By convention our features are called X (usually upper case to denote multiple features), and the label (survive or not) y.
X = data.drop('Survived',axis=1) # X = all 'data' except the 'survived' column
y = data['Survived'] # y = 'survived' column from 'data'
Standardise data#
We want all of out features to be on roughly the same scale. This generally leads to a better model, and also allows us to more easily compare the importance of different features. A common method used in many machine learning methods is standardisation, where we use the mean and standard deviation of the training set of data to normalise the data. We subtract the mean of the test set values, and divide by the standard deviation of the training data. Note that the mean and standard deviation of the training data are used to standardise the test set data as well. Here we will use sklearn’s StandardScaler method. This method also copes with problems we might otherwise have (such as if one feature has zero standard deviation in the training set).
def standardise_data(X_train, X_test):
# Initialise a new scaling object for normalising input data
sc = StandardScaler()
# Set up the scaler just on the training set
sc.fit(X_train)
# Apply the scaler to the training and test sets
train_std=sc.transform(X_train)
test_std=sc.transform(X_test)
return train_std, test_std
Calculate the maximum training set size we can use#
test_fraction = 0.25 # Use 25% of data for testing
data_rows = X.shape[0]
max_training_size = int(data_rows * (1 - test_fraction))
print('Max training size: {}'.format(max_training_size))
Max training size: 668
Loop through increasing training set sizes#
# Set up list to collect results
results_training_size = []
results_accuracy = []
for train_size in range(10, max_training_size, 10):
replicate_accuracy = []
for replicate in range(10):
# Split data into training and test
X_train, X_test, y_train, y_test = train_test_split(
X, y, test_size = test_fraction)
# Reduce training set size (use np random choice for random index values)
selection_index = np.random.choice(
max_training_size, train_size, replace=False)
X_train = X_train.iloc[selection_index]
y_train = y_train.iloc[selection_index]
# Standardise
X_train_std, X_test_std = standardise_data(X_train, X_test)
# Fit model
model = LogisticRegression(solver='lbfgs')
model.fit(X_train_std,y_train)
# Predict test set
y_pred_test = model.predict(X_test_std)
# Get accuracy and record results
accuracy = np.mean(y_pred_test == y_test)
replicate_accuracy.append(accuracy)
results_accuracy.append(np.mean(replicate_accuracy))
results_training_size.append(train_size)
Plot learning curve#
We will plot the learning curve, including a moving average (the mean of 5 points). Moving averages can help show trends when data is noisy.
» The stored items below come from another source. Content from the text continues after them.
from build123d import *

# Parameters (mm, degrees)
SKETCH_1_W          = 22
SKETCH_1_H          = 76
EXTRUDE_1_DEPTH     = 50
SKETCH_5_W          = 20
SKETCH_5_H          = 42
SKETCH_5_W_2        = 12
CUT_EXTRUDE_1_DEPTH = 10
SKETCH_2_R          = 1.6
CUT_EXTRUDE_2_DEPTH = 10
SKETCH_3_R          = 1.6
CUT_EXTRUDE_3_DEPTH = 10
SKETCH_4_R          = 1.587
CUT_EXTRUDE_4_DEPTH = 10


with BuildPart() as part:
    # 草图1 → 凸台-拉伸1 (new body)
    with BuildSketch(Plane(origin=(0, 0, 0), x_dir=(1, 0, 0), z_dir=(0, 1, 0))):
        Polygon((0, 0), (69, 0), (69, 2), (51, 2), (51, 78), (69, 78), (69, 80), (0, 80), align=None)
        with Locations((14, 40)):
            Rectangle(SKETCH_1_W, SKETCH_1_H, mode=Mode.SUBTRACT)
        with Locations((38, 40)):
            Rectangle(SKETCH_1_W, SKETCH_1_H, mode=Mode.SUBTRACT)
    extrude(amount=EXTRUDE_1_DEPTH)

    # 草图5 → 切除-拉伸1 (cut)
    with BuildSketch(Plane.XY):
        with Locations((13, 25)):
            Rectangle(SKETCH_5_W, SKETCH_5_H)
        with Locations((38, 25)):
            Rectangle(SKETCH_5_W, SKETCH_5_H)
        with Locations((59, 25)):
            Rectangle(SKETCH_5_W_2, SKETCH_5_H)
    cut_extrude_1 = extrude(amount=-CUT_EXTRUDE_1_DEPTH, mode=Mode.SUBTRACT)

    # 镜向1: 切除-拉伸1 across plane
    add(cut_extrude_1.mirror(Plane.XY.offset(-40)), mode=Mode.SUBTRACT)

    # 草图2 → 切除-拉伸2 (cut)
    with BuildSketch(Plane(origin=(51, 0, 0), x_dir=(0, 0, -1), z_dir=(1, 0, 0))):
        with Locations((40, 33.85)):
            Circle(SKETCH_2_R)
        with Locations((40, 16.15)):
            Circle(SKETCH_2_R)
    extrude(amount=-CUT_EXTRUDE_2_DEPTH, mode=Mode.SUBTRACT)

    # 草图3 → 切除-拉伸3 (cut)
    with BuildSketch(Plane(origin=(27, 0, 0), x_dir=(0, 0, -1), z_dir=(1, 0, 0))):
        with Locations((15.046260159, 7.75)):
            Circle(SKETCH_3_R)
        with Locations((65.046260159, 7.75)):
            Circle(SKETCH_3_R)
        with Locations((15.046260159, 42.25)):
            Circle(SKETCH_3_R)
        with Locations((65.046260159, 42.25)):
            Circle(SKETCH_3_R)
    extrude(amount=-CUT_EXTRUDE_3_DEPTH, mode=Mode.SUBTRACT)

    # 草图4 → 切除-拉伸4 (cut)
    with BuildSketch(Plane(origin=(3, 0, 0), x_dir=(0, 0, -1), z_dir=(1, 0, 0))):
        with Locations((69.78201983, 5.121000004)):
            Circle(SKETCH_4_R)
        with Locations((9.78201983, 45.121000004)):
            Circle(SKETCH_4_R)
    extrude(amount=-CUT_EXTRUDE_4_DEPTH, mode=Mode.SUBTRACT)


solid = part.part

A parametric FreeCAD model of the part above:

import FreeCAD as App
import Part
import Sketcher
from FreeCAD import Vector
Q = App.Units.Quantity

doc = App.newDocument("Part")
params = doc.addObject("Spreadsheet::Sheet", "Params")
for row, (alias, value) in enumerate([
    ("sketch1_width", "69 mm"),
    ("sketch1_width2", "18 mm"),
    ("sketch1_width3", "22 mm"),
    ("sketch1_height", "2 mm"),
    ("sketch1_height2", "76 mm"),
    ("pad1_length", "50 mm"),
    ("sketch2_width", "20 mm"),
    ("sketch2_width2", "12 mm"),
    ("sketch2_height", "42 mm"),
    ("pocket1_length", "10 mm"),
    ("sketch3_diameter", "3.2 mm"),
    ("pocket2_length", "10 mm"),
    ("sketch4_diameter", "3.2 mm"),
    ("pocket3_length", "10 mm"),
    ("pocket4_length", "10 mm"),
], start=1):
    params.set(f"A{row}", alias)
    params.set(f"B{row}", "=" + value)
    params.setAlias(f"B{row}", alias)

body = doc.addObject("PartDesign::Body", "Body")

# Sketch on XZ plane
sketch1 = body.newObject("Sketcher::SketchObject", "Sketch")
sketch1.AttachmentSupport = (doc.getObject("XZ_Plane"), [""])
sketch1.MapMode = "FlatFace"
sketch1.addGeometry([
    Part.LineSegment(Vector(0, 0, 0), Vector(69, 0, 0)),  # 0
    Part.LineSegment(Vector(69, 0, 0), Vector(69, -2, 0)),  # 1
    Part.LineSegment(Vector(69, -2, 0), Vector(51, -2, 0)),  # 2
    Part.LineSegment(Vector(51, -2, 0), Vector(51, -78, 0)),  # 3
    Part.LineSegment(Vector(51, -78, 0), Vector(69, -78, 0)),  # 4
    Part.LineSegment(Vector(69, -78, 0), Vector(69, -80, 0)),  # 5
    Part.LineSegment(Vector(69, -80, 0), Vector(0, -80, 0)),  # 6
    Part.LineSegment(Vector(0, -80, 0), Vector(0, 0, 0)),  # 7
    Part.LineSegment(Vector(25, -2, 0), Vector(3, -2, 0)),  # 8
    Part.LineSegment(Vector(3, -2, 0), Vector(3, -78, 0)),  # 9
    Part.LineSegment(Vector(3, -78, 0), Vector(25, -78, 0)),  # 10
    Part.LineSegment(Vector(25, -78, 0), Vector(25, -2, 0)),  # 11
    Part.LineSegment(Vector(49, -2, 0), Vector(27, -2, 0)),  # 12
    Part.LineSegment(Vector(27, -2, 0), Vector(27, -78, 0)),  # 13
    Part.LineSegment(Vector(27, -78, 0), Vector(49, -78, 0)),  # 14
    Part.LineSegment(Vector(49, -78, 0), Vector(49, -2, 0)),  # 15
], False)
sketch1.addConstraint([
    Sketcher.Constraint("Coincident", 0, 2, 1, 1),
    Sketcher.Constraint("Coincident", 1, 2, 2, 1),
    Sketcher.Constraint("Coincident", 2, 2, 3, 1),
    Sketcher.Constraint("Coincident", 3, 2, 4, 1),
    Sketcher.Constraint("Coincident", 4, 2, 5, 1),
    Sketcher.Constraint("Coincident", 5, 2, 6, 1),
    Sketcher.Constraint("Coincident", 6, 2, 7, 1),
    Sketcher.Constraint("Coincident", 7, 2, 0, 1),
    Sketcher.Constraint("Coincident", 8, 2, 9, 1),
    Sketcher.Constraint("Coincident", 9, 2, 10, 1),
    Sketcher.Constraint("Coincident", 10, 2, 11, 1),
    Sketcher.Constraint("Coincident", 11, 2, 8, 1),
    Sketcher.Constraint("Coincident", 12, 2, 13, 1),
    Sketcher.Constraint("Coincident", 13, 2, 14, 1),
    Sketcher.Constraint("Coincident", 14, 2, 15, 1),
    Sketcher.Constraint("Coincident", 15, 2, 12, 1),
    Sketcher.Constraint("Horizontal", 0),
    Sketcher.Constraint("Vertical", 1),
    Sketcher.Constraint("Horizontal", 2),
    Sketcher.Constraint("Vertical", 3),
    Sketcher.Constraint("Horizontal", 4),
    Sketcher.Constraint("Vertical", 5),
    Sketcher.Constraint("Horizontal", 6),
    Sketcher.Constraint("Vertical", 7),
    Sketcher.Constraint("Horizontal", 8),
    Sketcher.Constraint("Vertical", 9),
    Sketcher.Constraint("Horizontal", 10),
    Sketcher.Constraint("Vertical", 11),
    Sketcher.Constraint("Horizontal", 12),
    Sketcher.Constraint("Vertical", 13),
    Sketcher.Constraint("Horizontal", 14),
    Sketcher.Constraint("Vertical", 15),
    Sketcher.Constraint("Coincident", 7, 2, -1, 1),
    Sketcher.Constraint("Horizontal", 2, 2, 8, 2),
    Sketcher.Constraint("Horizontal", 4, 2, 9, 2),
    Sketcher.Constraint("Horizontal", 11, 2, 12, 2),
    Sketcher.Constraint("Horizontal", 10, 2, 13, 2),
    Sketcher.Constraint("Vertical", 1, 2, 4, 2),
    Sketcher.Constraint("Equal", 10, 12),
    Sketcher.Constraint("Equal", 1, 5),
import matplotlib.pyplot as plt
%matplotlib inline
# Calculate moving avergae (of last 5 points) with np.convolve
moving_average = np.convolve(results_accuracy, np.ones((5,))/5, mode='valid')
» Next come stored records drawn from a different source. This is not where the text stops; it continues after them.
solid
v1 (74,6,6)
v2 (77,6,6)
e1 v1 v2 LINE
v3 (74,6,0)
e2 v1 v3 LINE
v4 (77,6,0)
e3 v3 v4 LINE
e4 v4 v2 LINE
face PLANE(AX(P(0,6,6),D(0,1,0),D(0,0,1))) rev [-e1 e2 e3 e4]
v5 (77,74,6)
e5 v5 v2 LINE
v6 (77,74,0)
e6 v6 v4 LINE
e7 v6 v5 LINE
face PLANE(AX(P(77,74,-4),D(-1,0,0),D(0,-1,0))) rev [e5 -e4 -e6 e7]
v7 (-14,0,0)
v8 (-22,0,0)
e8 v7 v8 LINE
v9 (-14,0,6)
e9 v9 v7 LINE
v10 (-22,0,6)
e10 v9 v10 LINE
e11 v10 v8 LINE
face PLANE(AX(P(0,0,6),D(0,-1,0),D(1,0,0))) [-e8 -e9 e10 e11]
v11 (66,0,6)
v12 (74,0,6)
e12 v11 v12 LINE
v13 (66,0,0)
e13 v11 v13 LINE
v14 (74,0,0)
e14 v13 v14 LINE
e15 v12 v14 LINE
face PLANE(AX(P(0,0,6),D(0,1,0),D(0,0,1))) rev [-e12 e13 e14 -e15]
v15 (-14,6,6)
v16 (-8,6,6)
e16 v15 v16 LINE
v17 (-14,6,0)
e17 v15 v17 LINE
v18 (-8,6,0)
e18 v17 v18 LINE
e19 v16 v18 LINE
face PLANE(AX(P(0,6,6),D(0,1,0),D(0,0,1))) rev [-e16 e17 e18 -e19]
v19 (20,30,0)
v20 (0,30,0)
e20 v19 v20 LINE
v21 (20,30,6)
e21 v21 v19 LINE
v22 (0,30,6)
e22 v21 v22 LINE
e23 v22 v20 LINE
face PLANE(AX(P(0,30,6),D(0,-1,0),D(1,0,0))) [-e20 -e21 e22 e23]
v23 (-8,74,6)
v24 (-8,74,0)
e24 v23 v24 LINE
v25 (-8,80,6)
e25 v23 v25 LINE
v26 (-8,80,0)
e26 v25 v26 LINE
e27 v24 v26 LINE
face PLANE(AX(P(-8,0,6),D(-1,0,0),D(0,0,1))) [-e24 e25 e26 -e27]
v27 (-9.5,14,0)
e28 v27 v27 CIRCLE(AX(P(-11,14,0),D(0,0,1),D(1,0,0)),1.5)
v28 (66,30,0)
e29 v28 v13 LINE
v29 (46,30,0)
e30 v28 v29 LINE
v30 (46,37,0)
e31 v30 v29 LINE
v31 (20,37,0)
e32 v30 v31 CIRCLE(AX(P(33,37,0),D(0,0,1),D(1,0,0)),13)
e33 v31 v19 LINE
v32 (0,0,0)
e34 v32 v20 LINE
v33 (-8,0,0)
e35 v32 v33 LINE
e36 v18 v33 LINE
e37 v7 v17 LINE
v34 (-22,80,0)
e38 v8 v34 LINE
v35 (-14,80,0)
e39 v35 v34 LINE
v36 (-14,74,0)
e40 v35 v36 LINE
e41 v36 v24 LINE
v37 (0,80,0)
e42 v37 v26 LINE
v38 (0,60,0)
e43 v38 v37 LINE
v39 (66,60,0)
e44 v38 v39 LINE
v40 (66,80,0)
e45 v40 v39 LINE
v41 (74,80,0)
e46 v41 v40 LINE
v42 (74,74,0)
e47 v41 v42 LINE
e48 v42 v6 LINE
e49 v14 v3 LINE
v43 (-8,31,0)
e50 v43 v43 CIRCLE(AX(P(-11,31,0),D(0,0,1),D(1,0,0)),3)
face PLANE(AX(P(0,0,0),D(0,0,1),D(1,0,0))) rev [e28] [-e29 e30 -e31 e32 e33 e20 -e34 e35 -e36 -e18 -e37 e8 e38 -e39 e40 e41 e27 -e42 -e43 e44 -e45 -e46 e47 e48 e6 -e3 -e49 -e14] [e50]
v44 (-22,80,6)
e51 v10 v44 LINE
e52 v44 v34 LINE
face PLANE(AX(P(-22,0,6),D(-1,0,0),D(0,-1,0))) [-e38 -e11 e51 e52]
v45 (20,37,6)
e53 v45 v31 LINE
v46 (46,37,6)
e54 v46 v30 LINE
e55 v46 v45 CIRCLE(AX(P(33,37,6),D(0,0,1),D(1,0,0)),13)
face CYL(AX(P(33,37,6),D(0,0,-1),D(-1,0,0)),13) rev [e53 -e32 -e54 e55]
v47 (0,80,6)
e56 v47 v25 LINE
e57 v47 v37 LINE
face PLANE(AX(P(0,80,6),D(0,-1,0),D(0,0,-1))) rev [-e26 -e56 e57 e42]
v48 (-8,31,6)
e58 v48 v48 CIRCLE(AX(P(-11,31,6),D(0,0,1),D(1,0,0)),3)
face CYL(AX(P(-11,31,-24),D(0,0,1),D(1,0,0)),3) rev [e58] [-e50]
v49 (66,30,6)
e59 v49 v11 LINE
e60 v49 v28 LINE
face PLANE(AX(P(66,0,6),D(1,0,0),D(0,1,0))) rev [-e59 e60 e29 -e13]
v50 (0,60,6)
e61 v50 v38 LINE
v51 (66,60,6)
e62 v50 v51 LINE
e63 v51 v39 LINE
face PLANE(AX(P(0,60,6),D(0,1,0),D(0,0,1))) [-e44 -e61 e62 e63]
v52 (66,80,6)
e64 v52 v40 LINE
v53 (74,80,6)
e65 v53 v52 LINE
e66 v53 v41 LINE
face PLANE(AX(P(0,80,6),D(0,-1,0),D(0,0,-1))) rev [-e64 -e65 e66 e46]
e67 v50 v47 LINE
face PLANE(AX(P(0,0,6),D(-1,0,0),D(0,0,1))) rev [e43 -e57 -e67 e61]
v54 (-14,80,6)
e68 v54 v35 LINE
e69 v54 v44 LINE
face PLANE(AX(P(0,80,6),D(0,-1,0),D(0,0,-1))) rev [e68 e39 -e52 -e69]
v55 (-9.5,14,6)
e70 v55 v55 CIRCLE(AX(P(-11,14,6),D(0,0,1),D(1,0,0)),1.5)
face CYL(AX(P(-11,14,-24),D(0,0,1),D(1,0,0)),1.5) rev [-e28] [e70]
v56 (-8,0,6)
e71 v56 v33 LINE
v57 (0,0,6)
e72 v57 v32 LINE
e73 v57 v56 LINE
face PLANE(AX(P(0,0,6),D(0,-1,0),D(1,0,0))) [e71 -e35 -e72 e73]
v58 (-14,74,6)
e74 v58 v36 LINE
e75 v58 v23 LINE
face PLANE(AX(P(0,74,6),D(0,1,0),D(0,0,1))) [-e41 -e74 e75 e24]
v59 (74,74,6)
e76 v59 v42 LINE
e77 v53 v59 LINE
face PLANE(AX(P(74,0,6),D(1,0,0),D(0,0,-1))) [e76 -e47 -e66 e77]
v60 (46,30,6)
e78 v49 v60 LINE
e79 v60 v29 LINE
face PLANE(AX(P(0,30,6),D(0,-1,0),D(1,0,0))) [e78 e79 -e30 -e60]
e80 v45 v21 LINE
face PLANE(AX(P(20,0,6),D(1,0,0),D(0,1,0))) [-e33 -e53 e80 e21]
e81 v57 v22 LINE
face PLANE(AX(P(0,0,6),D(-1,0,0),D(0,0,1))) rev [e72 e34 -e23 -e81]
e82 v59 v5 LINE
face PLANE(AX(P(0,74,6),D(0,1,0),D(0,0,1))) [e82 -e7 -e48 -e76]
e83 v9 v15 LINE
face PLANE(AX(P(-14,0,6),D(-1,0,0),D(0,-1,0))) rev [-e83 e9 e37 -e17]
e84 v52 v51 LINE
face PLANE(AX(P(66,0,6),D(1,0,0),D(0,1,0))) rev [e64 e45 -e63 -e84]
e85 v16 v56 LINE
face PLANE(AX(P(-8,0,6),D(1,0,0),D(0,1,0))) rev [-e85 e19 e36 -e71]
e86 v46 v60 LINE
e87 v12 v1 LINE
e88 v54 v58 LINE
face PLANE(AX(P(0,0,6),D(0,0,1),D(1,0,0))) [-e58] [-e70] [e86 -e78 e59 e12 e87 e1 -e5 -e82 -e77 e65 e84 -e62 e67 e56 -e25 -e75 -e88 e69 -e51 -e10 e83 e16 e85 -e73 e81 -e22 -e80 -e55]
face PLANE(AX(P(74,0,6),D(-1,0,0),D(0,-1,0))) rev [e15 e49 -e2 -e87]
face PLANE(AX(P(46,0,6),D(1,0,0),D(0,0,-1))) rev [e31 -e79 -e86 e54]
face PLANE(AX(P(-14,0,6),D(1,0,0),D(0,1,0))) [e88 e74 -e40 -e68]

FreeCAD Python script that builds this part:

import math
import FreeCAD as App
import Part
import Sketcher
from FreeCAD import Vector


def add_polygon(sketch, points):
    """Adds a closed chain of lines whose ends are joined by coincident constraints."""
    first, n = sketch.GeometryCount, len(points)
    for a, b in zip(points, points[1:] + points[:1]):
        sketch.addGeometry(Part.LineSegment(App.Vector(*a, 0), App.Vector(*b, 0)), False)
    for i in range(n):
        sketch.addConstraint(Sketcher.Constraint("Coincident", first + i, 2, first + (i + 1) % n, 1))

doc = App.newDocument("Part")
params = doc.addObject("Spreadsheet::Sheet", "Params")
for row, (alias, value) in enumerate([
    ("sketch1_radius", "13 mm"),
    ("sketch1_width", "8 mm"),
    ("sketch1_width2", "6 mm"),
    ("sketch1_width3", "20 mm"),
    ("sketch1_height", "80 mm"),
    ("pad1_length", "6 mm"),
    ("sketch2_diameter", "6 mm"),
    ("sketch2_diameter2", "3 mm"),
    ("pocket1_length", "30 mm"),
    ("sketch3_width", "3 mm"),
    ("sketch3_width2", "8 mm"),
    ("sketch3_height", "68 mm"),
    ("sketch3_height2", "6 mm"),
    ("pocket2_length", "10 mm"),
], start=1):
    params.set(f"A{row}", alias)
    params.set(f"B{row}", "=" + value)
    params.setAlias(f"B{row}", alias)

body = doc.addObject("PartDesign::Body", "Body")

# Sketch on XY plane
sketch1 = doc.addObject("Sketcher::SketchObject", "Sketch")
body.addObject(sketch1)
sketch1.AttachmentSupport = (doc.XY_Plane, [""])
sketch1.MapMode = "FlatFace"
sketch1.addGeometry(Part.LineSegment(Vector(-14, 74, 0), Vector(-14, 80, 0)), False)
sketch1.addGeometry(Part.LineSegment(Vector(-14, 80, 0), Vector(-22, 80, 0)), False)
sketch1.addGeometry(Part.LineSegment(Vector(-22, 80, 0), Vector(-22, 0, 0)), False)
sketch1.addGeometry(Part.LineSegment(Vector(-22, 0, 0), Vector(-14, 0, 0)), False)
sketch1.addGeometry(Part.LineSegment(Vector(-14, 0, 0), Vector(-14, 6, 0)), False)
sketch1.addGeometry(Part.LineSegment(Vector(-14, 6, 0), Vector(-8, 6, 0)), False)
sketch1.addGeometry(Part.LineSegment(Vector(-8, 6, 0), Vector(-8, 0, 0)), False)
sketch1.addGeometry(Part.LineSegment(Vector(-8, 0, 0), Vector(0, 0, 0)), False)
sketch1.addGeometry(Part.LineSegment(Vector(0, 0, 0), Vector(0, 30, 0)), False)
sketch1.addGeometry(Part.LineSegment(Vector(0, 30, 0), Vector(20, 30, 0)), False)
sketch1.addGeometry(Part.LineSegment(Vector(20, 30, 0), Vector(20, 37, 0)), False)
sketch1.addGeometry(Part.ArcOfCircle(Part.Circle(Vector(33, 37, 0), Vector(0, 0, 1), 13), math.radians(0), math.radians(180)), False)
sketch1.addGeometry(Part.LineSegment(Vector(46, 37, 0), Vector(46, 30, 0)), False)
sketch1.addGeometry(Part.LineSegment(Vector(46, 30, 0), Vector(66, 30, 0)), False)
sketch1.addGeometry(Part.LineSegment(Vector(66, 30, 0), Vector(66, 0, 0)), False)
sketch1.addGeometry(Part.LineSegment(Vector(66, 0, 0), Vector(74, 0, 0)), False)
sketch1.addGeometry(Part.LineSegment(Vector(74, 0, 0), Vector(74, 6, 0)), False)
sketch1.addGeometry(Part.LineSegment(Vector(74, 6, 0), Vector(80, 6, 0)), False)
sketch1.addGeometry(Part.LineSegment(Vector(80, 6, 0), Vector(80, 0, 0)), False)
sketch1.addGeometry(Part.LineSegment(Vector(80, 0, 0), Vector(88, 0, 0)), False)
sketch1.addGeometry(Part.LineSegment(Vector(88, 0, 0), Vector(88, 80, 0)), False)
sketch1.addGeometry(Part.LineSegment(Vector(88, 80, 0), Vector(80, 80, 0)), False)
sketch1.addGeometry(Part.LineSegment(Vector(80, 80, 0), Vector(80, 74, 0)), False)
sketch1.addGeometry(Part.LineSegment(Vector(80, 74, 0), Vector(74, 74, 0)), False)
sketch1.addGeometry(Part.LineSegment(Vector(74, 74, 0), Vector(74, 80, 0)), False)
sketch1.addGeometry(Part.LineSegment(Vector(74, 80, 0), Vector(66, 80, 0)), False)
sketch1.addGeometry(Part.LineSegment(Vector(66, 80, 0), Vector(66, 60, 0)), False)
sketch1.addGeometry(Part.LineSegment(Vector(66, 60, 0), Vector(0, 60, 0)), False)
sketch1.addGeometry(Part.LineSegment(Vector(0, 60, 0), Vector(0, 80, 0)), False)
sketch1.addGeometry(Part.LineSegment(Vector(0, 80, 0), Vector(-8, 80, 0)), False)
sketch1.addGeometry(Part.LineSegment(Vector(-8, 80, 0), Vector(-8, 74, 0)), False)
sketch1.addGeometry(Part.LineSegment(Vector(-8, 74, 0), Vector(-14, 74, 0)), False)
sketch1.addConstraint(Sketcher.Constraint("Coincident", 0, 2, 1, 1))
sketch1.addConstraint(Sketcher.Constraint("Coincident", 1, 2, 2, 1))
sketch1.addConstraint(Sketcher.Constraint("Coincident", 2, 2, 3, 1))
sketch1.addConstraint(Sketcher.Constraint("Coincident", 3, 2, 4, 1))
sketch1.addConstraint(Sketcher.Constraint("Coincident", 4, 2, 5, 1))
sketch1.addConstraint(Sketcher.Constraint("Coincident", 5, 2, 6, 1))
sketch1.addConstraint(Sketcher.Constraint("Coincident", 6, 2, 7, 1))
sketch1.addConstraint(Sketcher.Constraint("Coincident", 7, 2, 8, 1))
sketch1.addConstraint(Sketcher.Constraint("Coincident", 8, 2, 9, 1))
sketch1.addConstraint(Sketcher.Constraint("Coincident", 9, 2, 10, 1))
x_moving_average = results_training_size[2:-2] # Include offset to centre mean
plt.scatter(results_training_size, results_accuracy,
label='Accuracy')
plt.plot(x_moving_average, moving_average,
label='Moving average',
color='orange',
linewidth=3)
plt.xlabel('Training set size')
plt.ylabel('Test set accuracy')
plt.legend()
plt.grid(True)
plt.show()
Accuracy appears to increase significantly up to 100 training points, and then appears to start to plateau in this model at 300-400 data points. It looks unlikely that collecting more data would significantly improve the model.